Well hopefully I don't end up acting as though I "learned" from porn when it comes to that. I think I'd run into problems, if I completely abstained until meeting someone I want to have a relationship with.

I have seen a few how-to videos though. Hopefully those are ok. Obviously not as good as learning from experience but that's not exactly an option at the moment.


----------



## CallSignOWL (Jan 11, 2010)

I don't think I will act like a porn girl even though I have never had sex!! I at least know what a penis looks like now, and don't only have those anatomical-type pictures to go off of (you know, where they show all the internal plumbing?), and know where everything actually goes....

Besides, with a little searching, I am able to find fairly decent videos. Nothing incredibly romantic obviously, but ones that are a little more---for lack of a better term---classy. And I am a visual person, so seeing the intercourse does wonder for getting me aroused. 

:blushed:

OWL


----------



## ilphithra (Jun 22, 2010)

I watch porn for laughs. Most of the porn out there is a joke and even the lesbian porn is so faked that all I can do is laugh all over it. If I were to act like that in bed, I'd get kicked out in 2 seconds. 
Erotic literature does get me though, my imagination is extremely vivid. :laughing:


----------



## JoetheBull (Apr 29, 2010)

pinkrasputin said:


> I don't think virgins should watch porn. People who learn from porn and not experience, usually end up bad lovers. Just wanted to make that disclaimer.


Crap. I wish some one told me a long time ago. Looks like game over for me. where is the reset button


----------



## Miss Scarlet (Jul 26, 2010)

sofort99 said:


> Erotic literature *is* porn for women.
> 
> Men are visual. That's why our porn is video.
> 
> ...


It just simply isn't true that all women are vocal and all men are visual. 

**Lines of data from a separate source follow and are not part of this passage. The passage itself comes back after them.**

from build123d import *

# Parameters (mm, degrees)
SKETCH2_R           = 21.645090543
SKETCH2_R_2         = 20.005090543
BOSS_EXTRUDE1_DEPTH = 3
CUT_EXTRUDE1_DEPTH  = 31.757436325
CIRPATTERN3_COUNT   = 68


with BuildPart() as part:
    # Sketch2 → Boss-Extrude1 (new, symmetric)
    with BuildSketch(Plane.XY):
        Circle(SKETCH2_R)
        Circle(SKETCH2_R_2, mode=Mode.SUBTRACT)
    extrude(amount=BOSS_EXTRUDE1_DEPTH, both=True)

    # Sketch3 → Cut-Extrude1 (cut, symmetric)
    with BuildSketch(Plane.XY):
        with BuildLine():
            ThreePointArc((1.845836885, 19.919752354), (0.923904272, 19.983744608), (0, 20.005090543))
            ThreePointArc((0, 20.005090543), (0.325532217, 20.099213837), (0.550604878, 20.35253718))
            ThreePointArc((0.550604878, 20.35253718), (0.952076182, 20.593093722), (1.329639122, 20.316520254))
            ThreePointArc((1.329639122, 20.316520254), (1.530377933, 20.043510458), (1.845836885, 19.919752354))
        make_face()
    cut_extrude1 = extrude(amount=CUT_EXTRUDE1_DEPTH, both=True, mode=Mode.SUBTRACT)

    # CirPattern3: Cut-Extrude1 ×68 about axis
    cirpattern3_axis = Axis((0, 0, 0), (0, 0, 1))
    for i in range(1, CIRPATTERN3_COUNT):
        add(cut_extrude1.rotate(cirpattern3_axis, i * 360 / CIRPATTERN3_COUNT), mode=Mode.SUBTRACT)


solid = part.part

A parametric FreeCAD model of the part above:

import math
import FreeCAD as App
import Part
import Sketcher
from FreeCAD import Vector
Q = App.Units.Quantity

doc = App.newDocument("Part")
params = doc.addObject("Spreadsheet::Sheet", "Params")
for row, (alias, value) in enumerate([
    ("pad1_length", "6 mm"),
    ("sketch2_radius", "0.61 mm"),
    ("pocket1_length", "63.514873 mm"),
], start=1):
    params.set(f"A{row}", alias)
    params.set(f"B{row}", "=" + value)
    params.setAlias(f"B{row}", alias)

body = doc.addObject("PartDesign::Body", "Body")

# Sketch on XY plane
sketch1 = body.newObject("Sketcher::SketchObject", "Sketch")
sketch1.AttachmentSupport = (doc.getObject("XY_Plane"), [""])
sketch1.MapMode = "FlatFace"
sketch1.addGeometry(Part.Circle(Vector(0, 0, 0), Vector(0, 0, 1), 22), False)
sketch1.addGeometry(Part.Circle(Vector(0, 0, 0), Vector(0, 0, 1), 20), False)
sketch1.addConstraint(Sketcher.Constraint("Coincident", 0, 3, -1, 1))
sketch1.addConstraint(Sketcher.Constraint("Coincident", 1, 3, -1, 1))
sketch1.addConstraint(Sketcher.Constraint("Diameter", 0, Q("43.290181 mm")))
sketch1.addConstraint(Sketcher.Constraint("Diameter", 1, Q("40.010181 mm")))
pad1 = body.newObject("PartDesign::Pad", "Pad")
pad1.Profile = sketch1
pad1.setExpression("Length", "Params.pad1_length")
pad1.Midplane = True

# Sketch on XY plane
sketch2 = body.newObject("Sketcher::SketchObject", "Sketch001")
sketch2.AttachmentSupport = (doc.getObject("XY_Plane"), [""])
sketch2.MapMode = "FlatFace"
sketch2.addGeometry(Part.ArcOfCircle(Part.Circle(Vector(0, 0, 0), Vector(0, 0, 1), 20.01), math.radians(84.71), math.radians(90)), False)
sketch2.addGeometry(Part.ArcOfCircle(Part.Circle(Vector(1.9, 20.53, 0), Vector(0, 0, 1), 0.61), math.radians(-160), math.radians(-95)), False)
sketch2.addGeometry(Part.ArcOfCircle(Part.Circle(Vector(0.93, 20.17, 0), Vector(0, 0, 1), 0.42), math.radians(20), math.radians(155)), False)
sketch2.addGeometry(Part.ArcOfCircle(Part.Circle(Vector(0, 20.62, 0), Vector(0, 0, 1), 0.61), math.radians(-90), math.radians(-25)), False)
sketch2.addConstraint(Sketcher.Constraint("Tangent", 0, 1, 1, 2))
sketch2.addConstraint(Sketcher.Constraint("Tangent", 1, 1, 2, 1))
sketch2.addConstraint(Sketcher.Constraint("Tangent", 2, 2, 3, 2))
sketch2.addConstraint(Sketcher.Constraint("Tangent", 3, 1, 0, 2))
sketch2.addConstraint(Sketcher.Constraint("Coincident", 0, 3, -1, 1))
sketch2.addConstraint(Sketcher.Constraint("Equal", 1, 3))
sketch2.addConstraint(Sketcher.Constraint("PointOnObject", 3, 3, -2))
sketch2.addConstraint(Sketcher.Constraint("Radius", 1, Q("0.61 mm")))
sketch2.addConstraint(Sketcher.Constraint("Radius", 0, Q("20.00509 mm")))
sketch2.addConstraint(Sketcher.Constraint("Radius", 2, Q("0.423129 mm")))
sketch2.addConstraint(Sketcher.Constraint("DistanceX", -1, 1, 1, 3, Q("1.902121 mm")))
sketch2.setExpression("Constraints[7]", "Params.sketch2_radius")
pocket1 = body.newObject("PartDesign::Pocket", "Pocket")
pocket1.Profile = sketch2
pocket1.setExpression("Length", "Params.pocket1_length")
pocket1.Midplane = True
doc.recompute()

polarpattern = body.newObject("PartDesign::PolarPattern", "PolarPattern")
polarpattern.Originals = [pocket1]
polarpattern.Axis = (doc.getObject("Z_Axis"), [""])
polarpattern.Angle = 360
polarpattern.Occurrences = 68
body.Tip = polarpattern

doc.recompute()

If they made porn with women in mind maybe we would watch it more. Ever consider that?


----------



## Miss Scarlet (Jul 26, 2010)

JoetheBull said:


> Crap. I wish some one told me a long time ago. Looks like game over for me. where is the reset button


It's not true that all virgins that watch porn are bad lovers. I think what that person was trying to say if that if you think that sex is like it is in porn you could become a bad lover. Also, treading women the way you see in porn and expecting your self to last and hour, well that just isn't realistic. 

I'm sure you'll be fine.


----------



## JoetheBull (Apr 29, 2010)

ENTJwillruletheworld said:


> It's not true that all virgins that watch porn are bad lovers. I think what that person was trying to say if that if you think that sex is like it is in porn you could become a bad lover. Also, treading women the way you see in porn and expecting your self to last and hour, well that just isn't realistic.
> 
> I'm sure you'll be fine.


good point. Porn unfortunately is the only reference point I have in how sex works but I never really used it as a model example of behavior, treatment towards women, and most of the extremely unrealistic and useless notions that they often show and imply. Only really information I get out of it is the basics.


----------



## pinkrasputin (Apr 13, 2009)

ENTJwillruletheworld said:


> It's not true that all virgins that watch porn are bad lovers. I think what that person was trying to say if that if you think that sex is like it is in porn you could become a bad lover. Also, treading women the way you see in porn and expecting your self to last and hour, well that just isn't realistic.
> 
> I'm sure you'll be fine.


It's not just that, it can also make a person objectify the act too much if they have never actually done it with a woman. They are not as "present" during the act and they are not good at working with a partner. Sex has become too objectified for them to be good lovers. I believe it can actually "break" someone. 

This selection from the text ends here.